When a photon interacts with a solar sail or two opposing plates, it can exert a force on them without reducing its speed. This phenomenon is related to the momentum carried by the photon and the conservation of momentum.
According to classical physics, momentum is defined as the product of an object's mass and its velocity. However, in the realm of quantum mechanics, particles such as photons also have momentum even though they are massless. The momentum of a photon is given by its wavelength or frequency through the equation p = h/λ, where p is the momentum, h is Planck's constant, and λ is the wavelength of the photon.
When a photon interacts with a solar sail or the opposing plates, it transfers its momentum to them. Due to the conservation of momentum, the total momentum before and after the interaction must be the same. Therefore, as the photon imparts its momentum to the sail or plates, it experiences an equal and opposite change in momentum.

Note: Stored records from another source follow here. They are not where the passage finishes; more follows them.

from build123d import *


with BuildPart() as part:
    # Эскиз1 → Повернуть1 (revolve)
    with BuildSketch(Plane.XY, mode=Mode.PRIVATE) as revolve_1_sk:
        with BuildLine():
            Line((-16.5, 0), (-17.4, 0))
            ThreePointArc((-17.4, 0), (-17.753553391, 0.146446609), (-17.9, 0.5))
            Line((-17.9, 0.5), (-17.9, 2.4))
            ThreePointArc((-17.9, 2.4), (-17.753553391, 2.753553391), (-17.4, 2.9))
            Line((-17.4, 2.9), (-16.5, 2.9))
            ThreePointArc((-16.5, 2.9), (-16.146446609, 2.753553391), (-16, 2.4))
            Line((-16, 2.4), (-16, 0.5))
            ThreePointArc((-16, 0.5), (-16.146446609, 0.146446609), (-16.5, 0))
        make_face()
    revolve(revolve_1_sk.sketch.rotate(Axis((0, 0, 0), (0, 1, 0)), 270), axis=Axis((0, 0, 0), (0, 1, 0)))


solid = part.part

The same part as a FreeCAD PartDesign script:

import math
import FreeCAD as App
import Part
import Sketcher

V = App.Vector
Q = App.Units.Quantity

doc = App.newDocument("Part")
body = doc.addObject("PartDesign::Body", "Body")

# Sketch on XY plane
sketch1 = body.newObject("Sketcher::SketchObject", "Sketch")
sketch1.AttachmentSupport = (doc.getObject("XY_Plane"), [""])
sketch1.MapMode = "FlatFace"
sketch1.addGeometry([
    Part.LineSegment(V(-17.4, 0, 0), V(-16.5, 0, 0)),  # 0
    Part.ArcOfCircle(Part.Circle(V(-16.5, 0.5, 0), V(0, 0, 1), 0.5), math.radians(-90), math.radians(0)),  # 1
    Part.LineSegment(V(-16, 0.5, 0), V(-16, 2.4, 0)),  # 2
    Part.ArcOfCircle(Part.Circle(V(-16.5, 2.4, 0), V(0, 0, 1), 0.5), math.radians(0), math.radians(90)),  # 3
    Part.LineSegment(V(-16.5, 2.9, 0), V(-17.4, 2.9, 0)),  # 4
    Part.ArcOfCircle(Part.Circle(V(-17.4, 2.4, 0), V(0, 0, 1), 0.5), math.radians(90), math.radians(180)),  # 5
    Part.LineSegment(V(-17.9, 2.4, 0), V(-17.9, 0.5, 0)),  # 6
    Part.ArcOfCircle(Part.Circle(V(-17.4, 0.5, 0), V(0, 0, 1), 0.5), math.radians(180), math.radians(270)),  # 7
], False)
sketch1.addConstraint([
    Sketcher.Constraint("Tangent", 0, 2, 1, 1),
    Sketcher.Constraint("Tangent", 1, 2, 2, 1),
    Sketcher.Constraint("Tangent", 2, 2, 3, 1),
    Sketcher.Constraint("Tangent", 3, 2, 4, 1),
    Sketcher.Constraint("Tangent", 4, 2, 5, 1),
    Sketcher.Constraint("Tangent", 5, 2, 6, 1),
    Sketcher.Constraint("Tangent", 6, 2, 7, 1),
    Sketcher.Constraint("Tangent", 7, 2, 0, 1),
    Sketcher.Constraint("Horizontal", 0),
    Sketcher.Constraint("Vertical", 2),
    Sketcher.Constraint("Horizontal", 4),
    Sketcher.Constraint("Vertical", 6),
    Sketcher.Constraint("Equal", 1, 3),
    Sketcher.Constraint("Equal", 3, 5),
    Sketcher.Constraint("Equal", 5, 7),
    Sketcher.Constraint("PointOnObject", 0, 2, -1),
    Sketcher.Constraint("Radius", 1, Q("0.5 mm")),
    Sketcher.Constraint("DistanceX", 0, 1, 0, 2, Q("0.9 mm")),
    Sketcher.Constraint("DistanceY", 2, 1, 2, 2, Q("1.9 mm")),
    Sketcher.Constraint("DistanceX", 1, 2, -1, 1, Q("16 mm")),
])
revolution = body.newObject("PartDesign::Revolution", "Revolution")
revolution.Profile = sketch1
revolution.ReferenceAxis = (sketch1, ["V_Axis"])
revolution.Angle = 360

doc.recompute()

Since the photon is massless, its speed remains constant at the speed of light (c) even though its momentum changes. This is because momentum and velocity are related differently for massless particles compared to massive particles. While the speed of light is constant, the photon's frequency or wavelength may change depending on the interaction.
The force exerted by the photon on the solar sail or plates is a result of this momentum transfer. As the photons bounce off the sail or plates, they change their direction and transfer momentum, resulting in a net force on the object.
It's important to note that this explanation is based on quantum mechanics and the wave-particle duality of light. The behavior of photons and their interactions is best described using the principles of quantum physics rather than classical mechanics.